**TASK OBJECTIVE**
The entries that follow include a run beginning at the line with "#430=CARTESIAN_POINT('',(0.,83.566,34.925));" and ending at the line with "#440=ORIENTED_EDGE('',*,*,#380,.T.);"; restate that run word for word and leave the rest out.

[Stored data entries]
####

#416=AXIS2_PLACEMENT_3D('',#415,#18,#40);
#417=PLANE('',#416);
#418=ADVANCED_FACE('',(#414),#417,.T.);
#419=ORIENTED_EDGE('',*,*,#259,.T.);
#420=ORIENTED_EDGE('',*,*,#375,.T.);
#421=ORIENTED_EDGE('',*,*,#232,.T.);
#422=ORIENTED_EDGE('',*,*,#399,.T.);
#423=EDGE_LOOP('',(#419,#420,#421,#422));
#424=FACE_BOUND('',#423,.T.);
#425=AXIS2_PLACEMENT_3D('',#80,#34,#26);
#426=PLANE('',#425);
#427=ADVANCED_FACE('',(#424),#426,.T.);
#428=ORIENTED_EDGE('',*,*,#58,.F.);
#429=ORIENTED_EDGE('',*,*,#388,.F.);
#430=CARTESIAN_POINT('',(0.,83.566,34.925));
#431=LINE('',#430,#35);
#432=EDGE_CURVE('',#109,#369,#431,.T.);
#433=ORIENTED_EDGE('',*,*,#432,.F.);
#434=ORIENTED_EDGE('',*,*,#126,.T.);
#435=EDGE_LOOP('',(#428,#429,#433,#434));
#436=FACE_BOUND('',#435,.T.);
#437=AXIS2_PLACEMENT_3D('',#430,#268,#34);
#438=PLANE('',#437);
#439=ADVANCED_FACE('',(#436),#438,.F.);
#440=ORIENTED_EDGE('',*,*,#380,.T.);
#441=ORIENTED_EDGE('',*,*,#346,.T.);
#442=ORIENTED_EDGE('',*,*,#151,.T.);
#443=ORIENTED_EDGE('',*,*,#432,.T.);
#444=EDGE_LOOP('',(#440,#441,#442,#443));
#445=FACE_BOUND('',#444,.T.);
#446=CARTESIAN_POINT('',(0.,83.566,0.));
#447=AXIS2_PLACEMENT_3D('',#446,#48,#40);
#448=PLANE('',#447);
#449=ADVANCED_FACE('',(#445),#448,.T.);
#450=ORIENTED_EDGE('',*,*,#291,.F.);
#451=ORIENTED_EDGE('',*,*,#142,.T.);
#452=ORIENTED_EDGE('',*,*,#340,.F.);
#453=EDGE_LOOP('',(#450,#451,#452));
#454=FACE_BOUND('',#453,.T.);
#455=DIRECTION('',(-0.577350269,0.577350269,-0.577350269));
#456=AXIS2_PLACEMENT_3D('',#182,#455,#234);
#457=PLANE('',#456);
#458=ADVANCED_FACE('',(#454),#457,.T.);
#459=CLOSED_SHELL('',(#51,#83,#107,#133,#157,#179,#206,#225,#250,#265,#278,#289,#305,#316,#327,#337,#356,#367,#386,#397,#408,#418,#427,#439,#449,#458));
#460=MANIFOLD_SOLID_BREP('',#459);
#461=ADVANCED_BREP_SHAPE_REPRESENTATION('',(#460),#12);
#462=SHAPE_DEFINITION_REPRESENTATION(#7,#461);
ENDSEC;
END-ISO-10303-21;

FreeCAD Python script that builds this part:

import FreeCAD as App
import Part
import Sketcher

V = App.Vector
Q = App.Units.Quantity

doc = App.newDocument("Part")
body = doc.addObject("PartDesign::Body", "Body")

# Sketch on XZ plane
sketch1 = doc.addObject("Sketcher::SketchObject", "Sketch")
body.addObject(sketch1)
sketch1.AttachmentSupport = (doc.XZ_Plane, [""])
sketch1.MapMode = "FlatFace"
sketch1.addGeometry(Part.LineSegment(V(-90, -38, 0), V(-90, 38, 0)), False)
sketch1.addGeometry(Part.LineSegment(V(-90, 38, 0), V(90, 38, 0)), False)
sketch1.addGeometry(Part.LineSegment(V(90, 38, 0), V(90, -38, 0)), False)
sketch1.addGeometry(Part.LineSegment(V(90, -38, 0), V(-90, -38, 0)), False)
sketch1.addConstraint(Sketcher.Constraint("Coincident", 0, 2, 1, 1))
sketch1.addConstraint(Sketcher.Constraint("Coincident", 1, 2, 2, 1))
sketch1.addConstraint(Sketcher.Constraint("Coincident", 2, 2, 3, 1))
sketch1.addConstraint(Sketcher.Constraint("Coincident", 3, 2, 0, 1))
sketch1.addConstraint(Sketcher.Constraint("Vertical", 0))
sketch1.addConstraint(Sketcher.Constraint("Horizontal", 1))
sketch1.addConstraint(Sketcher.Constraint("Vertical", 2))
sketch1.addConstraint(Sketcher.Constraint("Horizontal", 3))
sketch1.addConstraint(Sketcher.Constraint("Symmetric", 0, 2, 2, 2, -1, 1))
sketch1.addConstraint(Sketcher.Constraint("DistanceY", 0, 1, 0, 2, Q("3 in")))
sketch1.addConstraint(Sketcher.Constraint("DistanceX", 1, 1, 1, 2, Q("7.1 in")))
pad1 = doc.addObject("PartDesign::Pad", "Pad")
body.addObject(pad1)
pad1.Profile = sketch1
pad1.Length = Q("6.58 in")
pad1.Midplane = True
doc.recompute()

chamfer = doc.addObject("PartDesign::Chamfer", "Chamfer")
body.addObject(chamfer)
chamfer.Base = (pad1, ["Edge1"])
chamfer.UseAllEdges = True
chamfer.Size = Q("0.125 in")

####

**WRITTEN RESPONSE**
#430=CARTESIAN_POINT('',(0.,83.566,34.925));
#431=LINE('',#430,#35);
#432=EDGE_CURVE('',#109,#369,#431,.T.);
#433=ORIENTED_EDGE('',*,*,#432,.F.);
#434=ORIENTED_EDGE('',*,*,#126,.T.);
#435=EDGE_LOOP('',(#428,#429,#433,#434));
#436=FACE_BOUND('',#435,.T.);
#437=AXIS2_PLACEMENT_3D('',#430,#268,#34);
#438=PLANE('',#437);
#439=ADVANCED_FACE('',(#436),#438,.F.);
#440=ORIENTED_EDGE('',*,*,#380,.T.);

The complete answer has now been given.